As a Libertarian I believe that adults should be at liberty to do as they choose with their persons and property, or that of consenting others - the only legitimate role that the government has, if any at all, is to protect this liberty by enforcing laws against force, fraud and theft. It is not the government's job to prosecute people for crimes in which the only victim is the criminal himself, so the Libertarian Party would decriminalise drugs so they can be provided on the same basis as alcohol now is. Before labelling this policy ridiculous, let me leave you with a thought on Nottingham's recent history: This year, over the May bank holiday weekend, a father of two was shot dead in an Alley in the Lace Market.
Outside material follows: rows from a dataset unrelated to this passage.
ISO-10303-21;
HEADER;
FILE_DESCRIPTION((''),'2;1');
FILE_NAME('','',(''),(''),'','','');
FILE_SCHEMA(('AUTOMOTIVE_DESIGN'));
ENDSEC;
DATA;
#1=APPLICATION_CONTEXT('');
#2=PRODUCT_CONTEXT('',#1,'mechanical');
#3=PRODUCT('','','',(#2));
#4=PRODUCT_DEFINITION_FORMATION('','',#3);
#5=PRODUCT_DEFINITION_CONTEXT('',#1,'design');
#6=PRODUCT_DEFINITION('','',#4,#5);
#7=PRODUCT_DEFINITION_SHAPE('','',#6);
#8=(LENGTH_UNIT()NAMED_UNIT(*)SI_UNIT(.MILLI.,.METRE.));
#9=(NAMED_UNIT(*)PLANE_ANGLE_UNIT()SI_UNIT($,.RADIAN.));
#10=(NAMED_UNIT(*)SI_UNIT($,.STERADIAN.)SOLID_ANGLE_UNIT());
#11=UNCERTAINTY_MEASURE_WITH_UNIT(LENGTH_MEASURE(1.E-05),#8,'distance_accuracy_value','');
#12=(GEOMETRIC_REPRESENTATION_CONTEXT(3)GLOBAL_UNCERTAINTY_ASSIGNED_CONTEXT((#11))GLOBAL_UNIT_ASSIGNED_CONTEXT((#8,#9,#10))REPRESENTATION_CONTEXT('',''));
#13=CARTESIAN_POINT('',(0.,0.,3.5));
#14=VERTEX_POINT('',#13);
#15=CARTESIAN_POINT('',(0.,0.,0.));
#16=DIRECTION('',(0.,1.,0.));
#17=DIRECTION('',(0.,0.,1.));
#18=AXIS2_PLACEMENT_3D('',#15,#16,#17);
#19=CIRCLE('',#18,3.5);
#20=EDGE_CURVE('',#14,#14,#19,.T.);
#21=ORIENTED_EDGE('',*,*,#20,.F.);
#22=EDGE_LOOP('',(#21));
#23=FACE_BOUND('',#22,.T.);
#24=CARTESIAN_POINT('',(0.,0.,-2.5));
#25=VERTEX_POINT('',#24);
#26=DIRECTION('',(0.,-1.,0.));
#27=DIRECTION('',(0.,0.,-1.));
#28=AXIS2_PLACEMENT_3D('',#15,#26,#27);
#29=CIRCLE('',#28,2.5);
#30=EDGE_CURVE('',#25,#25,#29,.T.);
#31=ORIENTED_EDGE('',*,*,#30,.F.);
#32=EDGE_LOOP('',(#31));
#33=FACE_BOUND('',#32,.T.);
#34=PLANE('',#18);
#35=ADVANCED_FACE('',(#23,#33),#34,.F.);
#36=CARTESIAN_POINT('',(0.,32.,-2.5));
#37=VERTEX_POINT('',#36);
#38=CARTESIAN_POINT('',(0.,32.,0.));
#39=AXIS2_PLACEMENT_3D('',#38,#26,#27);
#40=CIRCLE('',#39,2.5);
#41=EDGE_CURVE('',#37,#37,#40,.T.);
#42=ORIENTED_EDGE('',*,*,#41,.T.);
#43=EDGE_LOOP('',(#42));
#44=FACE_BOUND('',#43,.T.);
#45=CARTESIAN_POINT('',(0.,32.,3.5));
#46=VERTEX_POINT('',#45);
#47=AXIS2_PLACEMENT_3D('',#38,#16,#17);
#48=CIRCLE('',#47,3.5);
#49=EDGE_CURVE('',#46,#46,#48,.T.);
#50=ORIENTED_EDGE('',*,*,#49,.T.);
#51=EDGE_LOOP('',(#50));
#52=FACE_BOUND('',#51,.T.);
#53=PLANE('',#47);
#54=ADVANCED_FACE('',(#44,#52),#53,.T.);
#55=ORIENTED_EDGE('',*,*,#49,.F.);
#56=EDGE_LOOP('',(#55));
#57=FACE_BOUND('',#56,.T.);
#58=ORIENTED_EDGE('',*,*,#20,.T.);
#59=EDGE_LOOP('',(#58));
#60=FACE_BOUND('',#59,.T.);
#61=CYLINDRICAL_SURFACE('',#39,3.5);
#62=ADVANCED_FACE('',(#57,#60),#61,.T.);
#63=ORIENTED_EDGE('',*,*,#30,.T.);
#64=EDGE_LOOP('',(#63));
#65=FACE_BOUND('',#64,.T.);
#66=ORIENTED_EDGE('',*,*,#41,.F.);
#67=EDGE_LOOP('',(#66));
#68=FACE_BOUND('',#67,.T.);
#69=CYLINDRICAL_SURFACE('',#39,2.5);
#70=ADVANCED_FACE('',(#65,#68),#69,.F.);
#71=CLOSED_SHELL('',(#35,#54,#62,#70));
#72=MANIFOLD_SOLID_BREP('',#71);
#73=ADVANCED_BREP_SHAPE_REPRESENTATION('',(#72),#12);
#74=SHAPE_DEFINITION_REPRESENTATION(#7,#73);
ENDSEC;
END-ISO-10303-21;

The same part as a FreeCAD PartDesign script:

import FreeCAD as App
import Part
import Sketcher
from FreeCAD import Vector

doc = App.newDocument("Part")
body = doc.addObject("PartDesign::Body", "Body")

# Sketch on XZ plane
sketch1 = body.newObject("Sketcher::SketchObject", "Sketch")
sketch1.AttachmentSupport = (doc.getObject("XZ_Plane"), [""])
sketch1.MapMode = "FlatFace"
sketch1.addGeometry(Part.Circle(Vector(0, 0, 0), Vector(0, 0, 1), 3.5), False)
sketch1.addConstraint([
    Sketcher.Constraint("Coincident", 0, 3, -1, 1),
    Sketcher.Constraint("Diameter", 0, 7.0),
])
pad1 = body.newObject("PartDesign::Pad", "Pad")
pad1.Profile = sketch1
pad1.Length = 32
pad1.Reversed = True

# Sketch on XZ plane
sketch2 = body.newObject("Sketcher::SketchObject", "Sketch001")
sketch2.AttachmentSupport = (doc.getObject("XZ_Plane"), [""])
sketch2.MapMode = "FlatFace"
sketch2.addGeometry(Part.Circle(Vector(0, 0, 0), Vector(0, 0, 1), 2.5), False)
sketch2.addConstraint([
    Sketcher.Constraint("Coincident", 0, 3, -1, 1),
    Sketcher.Constraint("Diameter", 0, 5.0),
])
pocket1 = body.newObject("PartDesign::Pocket", "Pocket")
pocket1.Profile = sketch2
pocket1.Length = 32

doc.recompute()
The victim was identified (Evening Post 26th of May) as Bernard Langton, 27. According to Hoods author Carl Fellstrom, criminal gangs seem to think of pubs and clubs in the Lace Market almost as their own offices. Bernard Langton, Fellstrom tells us in Nottingham Magazine LeftLion, was originally from Liverpool, but moved to Nottingham "some years ago where he had become involved in the highly profitable distribution of drugs across the city." Sometime in the first couple of hours of the 26th of May he entered a club. A fight broke out. Gunshots rang out. The gun men pursued him down the Lace market streets, and shot him in the back.
The relevance of this? Well, just ask yourselves, would Gangs be using Lace Market pubs and clubs as offices, would Bernard Langton have been lying, dying in an alley at two in the morning, would his children be orphans, if becoming "involved in the highly profitable distribution of drugs across the city" meant getting a job on the counters at Boots, a company that was selling heroin legally in the early years of the last century?
4 Comments:
Well said.
Prohibition has always lead to the prohibited good being sold by people who have no problem with breaking the law to begin with; no wonder drugs are so closely associated with violent crime!